Records to use:
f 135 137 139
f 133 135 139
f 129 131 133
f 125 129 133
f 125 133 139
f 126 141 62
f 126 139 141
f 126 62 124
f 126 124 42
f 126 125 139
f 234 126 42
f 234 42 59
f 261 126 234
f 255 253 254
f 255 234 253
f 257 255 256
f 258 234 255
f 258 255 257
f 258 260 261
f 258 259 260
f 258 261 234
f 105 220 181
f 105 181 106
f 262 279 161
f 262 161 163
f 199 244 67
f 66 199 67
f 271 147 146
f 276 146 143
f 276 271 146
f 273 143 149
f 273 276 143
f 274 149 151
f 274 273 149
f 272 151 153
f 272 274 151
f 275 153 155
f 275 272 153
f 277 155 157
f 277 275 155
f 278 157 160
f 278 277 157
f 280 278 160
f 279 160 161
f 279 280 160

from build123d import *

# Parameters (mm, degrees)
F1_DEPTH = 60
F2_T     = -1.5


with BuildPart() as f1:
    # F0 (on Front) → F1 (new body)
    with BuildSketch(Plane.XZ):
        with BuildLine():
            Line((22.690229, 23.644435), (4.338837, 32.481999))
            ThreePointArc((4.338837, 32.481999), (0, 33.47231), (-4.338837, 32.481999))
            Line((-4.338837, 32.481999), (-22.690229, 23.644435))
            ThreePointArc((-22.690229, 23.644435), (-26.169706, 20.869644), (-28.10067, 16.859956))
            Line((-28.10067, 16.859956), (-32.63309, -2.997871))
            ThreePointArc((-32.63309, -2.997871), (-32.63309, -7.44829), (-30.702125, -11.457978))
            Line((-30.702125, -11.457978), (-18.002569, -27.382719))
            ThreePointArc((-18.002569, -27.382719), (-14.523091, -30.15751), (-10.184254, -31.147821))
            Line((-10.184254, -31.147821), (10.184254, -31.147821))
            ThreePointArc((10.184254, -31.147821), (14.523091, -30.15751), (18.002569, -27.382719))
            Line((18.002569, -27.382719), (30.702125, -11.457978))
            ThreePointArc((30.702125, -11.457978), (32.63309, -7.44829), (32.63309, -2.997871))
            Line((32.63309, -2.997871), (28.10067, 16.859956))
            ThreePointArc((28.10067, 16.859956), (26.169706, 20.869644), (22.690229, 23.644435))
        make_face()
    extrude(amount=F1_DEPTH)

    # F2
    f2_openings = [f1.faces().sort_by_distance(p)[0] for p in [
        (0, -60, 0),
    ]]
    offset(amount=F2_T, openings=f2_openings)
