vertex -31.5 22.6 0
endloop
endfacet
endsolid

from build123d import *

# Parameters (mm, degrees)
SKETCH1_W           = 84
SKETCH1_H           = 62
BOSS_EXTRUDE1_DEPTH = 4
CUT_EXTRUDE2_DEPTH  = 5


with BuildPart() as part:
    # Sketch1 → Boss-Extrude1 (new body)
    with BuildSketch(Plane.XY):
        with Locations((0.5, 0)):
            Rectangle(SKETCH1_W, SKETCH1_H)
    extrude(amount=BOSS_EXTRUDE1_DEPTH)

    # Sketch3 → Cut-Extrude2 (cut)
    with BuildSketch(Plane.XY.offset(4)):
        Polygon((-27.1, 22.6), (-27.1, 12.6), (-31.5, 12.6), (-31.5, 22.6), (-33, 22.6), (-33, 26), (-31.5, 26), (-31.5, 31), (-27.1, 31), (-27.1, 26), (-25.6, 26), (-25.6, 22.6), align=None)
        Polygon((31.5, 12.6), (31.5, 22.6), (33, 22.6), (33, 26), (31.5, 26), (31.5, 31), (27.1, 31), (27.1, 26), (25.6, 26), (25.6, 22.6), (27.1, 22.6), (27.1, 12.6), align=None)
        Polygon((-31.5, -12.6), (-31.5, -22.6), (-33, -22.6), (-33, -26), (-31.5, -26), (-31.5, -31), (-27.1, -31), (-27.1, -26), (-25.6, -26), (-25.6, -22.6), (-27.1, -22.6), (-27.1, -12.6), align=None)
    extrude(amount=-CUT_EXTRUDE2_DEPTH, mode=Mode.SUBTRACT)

==

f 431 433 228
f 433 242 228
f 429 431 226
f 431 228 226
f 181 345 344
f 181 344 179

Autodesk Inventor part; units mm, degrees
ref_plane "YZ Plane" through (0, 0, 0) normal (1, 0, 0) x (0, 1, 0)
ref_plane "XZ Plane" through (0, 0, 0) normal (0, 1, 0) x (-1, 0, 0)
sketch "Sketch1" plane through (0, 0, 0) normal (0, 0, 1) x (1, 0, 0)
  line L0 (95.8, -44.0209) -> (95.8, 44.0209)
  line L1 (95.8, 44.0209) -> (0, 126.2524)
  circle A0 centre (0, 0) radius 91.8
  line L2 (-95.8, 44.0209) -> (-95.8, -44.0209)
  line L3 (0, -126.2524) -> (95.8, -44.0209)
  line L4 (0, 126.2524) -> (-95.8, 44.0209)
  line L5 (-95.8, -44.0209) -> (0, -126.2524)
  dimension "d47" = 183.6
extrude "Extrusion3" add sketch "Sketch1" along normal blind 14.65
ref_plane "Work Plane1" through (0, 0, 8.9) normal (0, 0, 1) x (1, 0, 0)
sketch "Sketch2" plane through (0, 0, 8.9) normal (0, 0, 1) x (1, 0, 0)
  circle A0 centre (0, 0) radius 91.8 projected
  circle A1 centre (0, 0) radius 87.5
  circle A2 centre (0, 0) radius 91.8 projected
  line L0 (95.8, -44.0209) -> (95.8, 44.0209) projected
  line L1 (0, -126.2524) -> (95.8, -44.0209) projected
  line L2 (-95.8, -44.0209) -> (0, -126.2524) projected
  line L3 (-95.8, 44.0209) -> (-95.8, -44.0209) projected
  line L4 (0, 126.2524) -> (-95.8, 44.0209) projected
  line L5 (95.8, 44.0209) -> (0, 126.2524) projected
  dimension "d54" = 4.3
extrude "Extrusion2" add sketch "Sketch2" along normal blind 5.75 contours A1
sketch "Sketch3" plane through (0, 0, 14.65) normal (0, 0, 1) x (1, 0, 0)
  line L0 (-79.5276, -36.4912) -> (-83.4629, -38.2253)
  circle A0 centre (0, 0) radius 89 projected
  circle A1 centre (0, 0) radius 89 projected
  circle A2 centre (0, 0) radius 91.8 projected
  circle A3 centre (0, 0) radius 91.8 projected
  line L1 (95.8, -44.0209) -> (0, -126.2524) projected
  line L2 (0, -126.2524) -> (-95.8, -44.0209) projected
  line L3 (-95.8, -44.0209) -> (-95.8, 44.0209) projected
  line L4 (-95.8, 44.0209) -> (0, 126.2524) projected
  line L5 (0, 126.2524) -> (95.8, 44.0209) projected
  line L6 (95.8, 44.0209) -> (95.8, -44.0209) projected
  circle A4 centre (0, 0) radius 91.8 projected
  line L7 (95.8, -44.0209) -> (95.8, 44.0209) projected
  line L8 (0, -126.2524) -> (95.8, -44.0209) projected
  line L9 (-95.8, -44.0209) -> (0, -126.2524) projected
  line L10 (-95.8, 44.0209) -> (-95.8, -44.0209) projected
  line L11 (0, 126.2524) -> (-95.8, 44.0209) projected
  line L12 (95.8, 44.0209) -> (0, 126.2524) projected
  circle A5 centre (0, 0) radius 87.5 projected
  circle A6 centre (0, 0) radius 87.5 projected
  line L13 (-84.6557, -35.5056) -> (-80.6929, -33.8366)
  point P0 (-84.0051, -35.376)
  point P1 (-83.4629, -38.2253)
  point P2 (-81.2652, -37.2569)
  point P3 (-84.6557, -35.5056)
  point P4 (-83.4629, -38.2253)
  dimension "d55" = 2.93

Task:
Take the listing above and repeat exactly the lines from the one containing "f 257 255 256" through the one containing "20.869644), (-28.10067, 16.859956))", both included.

Exercise output:
f 257 255 256
f 258 234 255
f 258 255 257
f 258 260 261
f 258 259 260
f 258 261 234
f 105 220 181
f 105 181 106
f 262 279 161
f 262 161 163
f 199 244 67
f 66 199 67
f 271 147 146
f 276 146 143
f 276 271 146
f 273 143 149
f 273 276 143
f 274 149 151
f 274 273 149
f 272 151 153
f 272 274 151
f 275 153 155
f 275 272 153
f 277 155 157
f 277 275 155
f 278 157 160
f 278 277 157
f 280 278 160
f 279 160 161
f 279 280 160

from build123d import *

# Parameters (mm, degrees)
F1_DEPTH = 60
F2_T     = -1.5


with BuildPart() as f1:
    # F0 (on Front) → F1 (new body)
    with BuildSketch(Plane.XZ):
        with BuildLine():
            Line((22.690229, 23.644435), (4.338837, 32.481999))
            ThreePointArc((4.338837, 32.481999), (0, 33.47231), (-4.338837, 32.481999))
            Line((-4.338837, 32.481999), (-22.690229, 23.644435))
            ThreePointArc((-22.690229, 23.644435), (-26.169706, 20.869644), (-28.10067, 16.859956))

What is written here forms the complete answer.